The Beast of Gévaudan: What Stalked France for Three Years?

Between 1764 and 1767 something tore through the mountains of south-central France, killing scores of people. The king sent hunters. No one agreed what it was.

16 min readPublished 2026-06-23

In the summer of 1764, a young woman was tending cattle in the high pastures of the Gévaudan, a poor and mountainous corner of south-central France, when something came out of the trees at her. By her own account it was the size of a calf, with a broad chest, a great head, and a russet coat marked by a dark line running down its spine. It went for her throat. She survived only because her bullocks lowered their horns and drove the thing off. She walked home shaken and talking about an animal nobody could name.
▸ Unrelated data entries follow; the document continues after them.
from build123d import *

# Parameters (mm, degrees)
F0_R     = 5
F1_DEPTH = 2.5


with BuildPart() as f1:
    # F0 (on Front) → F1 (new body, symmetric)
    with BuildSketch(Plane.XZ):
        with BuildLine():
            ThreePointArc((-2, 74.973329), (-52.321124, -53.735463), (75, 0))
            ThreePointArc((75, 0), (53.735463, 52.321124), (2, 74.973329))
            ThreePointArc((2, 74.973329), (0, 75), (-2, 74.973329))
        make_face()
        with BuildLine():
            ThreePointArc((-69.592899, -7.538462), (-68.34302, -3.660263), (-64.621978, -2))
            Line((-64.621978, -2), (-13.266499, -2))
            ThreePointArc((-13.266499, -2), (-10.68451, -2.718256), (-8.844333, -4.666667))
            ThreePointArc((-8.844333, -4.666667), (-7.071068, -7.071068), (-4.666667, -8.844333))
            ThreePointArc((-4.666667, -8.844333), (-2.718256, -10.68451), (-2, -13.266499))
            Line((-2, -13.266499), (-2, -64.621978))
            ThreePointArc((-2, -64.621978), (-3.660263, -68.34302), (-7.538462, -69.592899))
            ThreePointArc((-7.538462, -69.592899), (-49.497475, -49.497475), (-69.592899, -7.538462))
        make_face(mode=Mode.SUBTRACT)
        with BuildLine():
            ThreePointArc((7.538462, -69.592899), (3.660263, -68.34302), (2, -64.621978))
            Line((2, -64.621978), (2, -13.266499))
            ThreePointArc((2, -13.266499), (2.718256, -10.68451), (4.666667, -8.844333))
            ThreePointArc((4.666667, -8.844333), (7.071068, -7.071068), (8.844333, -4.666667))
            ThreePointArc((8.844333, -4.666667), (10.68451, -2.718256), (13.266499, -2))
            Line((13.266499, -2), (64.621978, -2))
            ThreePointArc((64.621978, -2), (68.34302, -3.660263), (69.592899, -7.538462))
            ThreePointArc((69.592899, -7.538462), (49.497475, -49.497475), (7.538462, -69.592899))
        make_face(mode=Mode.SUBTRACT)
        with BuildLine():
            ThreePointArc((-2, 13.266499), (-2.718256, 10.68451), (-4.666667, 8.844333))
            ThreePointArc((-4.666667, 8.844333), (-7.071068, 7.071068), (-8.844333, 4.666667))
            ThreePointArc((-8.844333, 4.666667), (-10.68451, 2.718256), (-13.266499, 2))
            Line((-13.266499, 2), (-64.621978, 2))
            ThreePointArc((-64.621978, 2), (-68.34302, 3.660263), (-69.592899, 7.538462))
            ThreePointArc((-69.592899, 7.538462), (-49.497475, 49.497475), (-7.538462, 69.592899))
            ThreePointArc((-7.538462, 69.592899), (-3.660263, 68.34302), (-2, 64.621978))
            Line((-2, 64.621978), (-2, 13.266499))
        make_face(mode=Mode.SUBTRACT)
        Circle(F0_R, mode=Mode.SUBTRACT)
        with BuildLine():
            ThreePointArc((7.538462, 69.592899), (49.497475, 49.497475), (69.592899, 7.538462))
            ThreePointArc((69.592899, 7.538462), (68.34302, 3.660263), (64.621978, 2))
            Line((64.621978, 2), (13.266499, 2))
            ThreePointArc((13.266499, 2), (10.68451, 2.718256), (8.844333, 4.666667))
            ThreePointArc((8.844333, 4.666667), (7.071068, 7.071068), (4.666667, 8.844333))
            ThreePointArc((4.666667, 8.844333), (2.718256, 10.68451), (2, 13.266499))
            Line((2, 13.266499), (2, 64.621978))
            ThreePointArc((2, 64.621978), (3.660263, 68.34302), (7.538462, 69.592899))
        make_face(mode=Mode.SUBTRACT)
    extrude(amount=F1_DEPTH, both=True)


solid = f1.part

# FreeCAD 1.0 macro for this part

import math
import FreeCAD as App
import Part
import Sketcher
from FreeCAD import Vector
Q = App.Units.Quantity

doc = App.newDocument("Part")
body = doc.addObject("PartDesign::Body", "Body")

# Sketch on XZ plane
sketch1 = body.newObject("Sketcher::SketchObject", "Sketch")
sketch1.AttachmentSupport = (doc.getObject("XZ_Plane"), [""])
sketch1.MapMode = "FlatFace"
sketch1.addGeometry([
    Part.ArcOfCircle(Part.Circle(Vector(0, 0, 0), Vector(0, 0, 1), 75), math.radians(91.528068), math.radians(360)),  # 0
    Part.ArcOfCircle(Part.Circle(Vector(-0.000001, 0, 0), Vector(0, 0, 1), 75.000001), math.radians(0), math.radians(88.471931)),  # 1
    Part.ArcOfCircle(Part.Circle(Vector(0, -0.00115, 0), Vector(0, 0, 1), 75.00115), math.radians(88.471955), math.radians(91.528045)),  # 2
    Part.ArcOfCircle(Part.Circle(Vector(-0.000001, -0.000001, 0), Vector(0, 0, 1), 69.999998), math.radians(-173.817696), math.radians(-96.182304)),  # 3
    Part.ArcOfCircle(Part.Circle(Vector(-64.621977, -7, 0), Vector(0, 0, 1), 5), math.radians(90.000006), math.radians(186.182307)),  # 4
    Part.LineSegment(Vector(-64.621978, -2, 0), Vector(-13.266499, -2, 0)),  # 5
    Part.ArcOfCircle(Part.Circle(Vector(-13.266499, -6.999999, 0), Vector(0, 0, 1), 4.999999), math.radians(27.818128), math.radians(90.000001)),  # 6
    Part.ArcOfCircle(Part.Circle(Vector(0.000001, 0.000001, 0), Vector(0, 0, 1), 10.000002), math.radians(-152.181856), math.radians(-117.818144)),  # 7
    Part.ArcOfCircle(Part.Circle(Vector(-6.999999, -13.266499, 0), Vector(0, 0, 1), 4.999999), math.radians(-0.000001), math.radians(62.181872)),  # 8
    Part.LineSegment(Vector(-2, -13.266499, 0), Vector(-2, -64.621978, 0)),  # 9
    Part.ArcOfCircle(Part.Circle(Vector(-7, -64.621977, 0), Vector(0, 0, 1), 5), math.radians(-96.182307), math.radians(-0.000006)),  # 10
A few weeks later, on June 30, 1764, a fourteen-year-old girl named Jeanne Boulet was killed near the village of Les Hubacs, not far from Langogne. She was the first death anyone wrote down. She would not be the last. Over the next three years, the same animal, or something witnesses kept describing in the same impossible terms, would kill again and again across these mountains until the body count climbed past a hundred. The King of France would dispatch professional hunters, then his own gun-bearer, then declare the matter closed, and still the killing went on.

To this day, no one can say with certainty what the Beast of Gévaudan actually was.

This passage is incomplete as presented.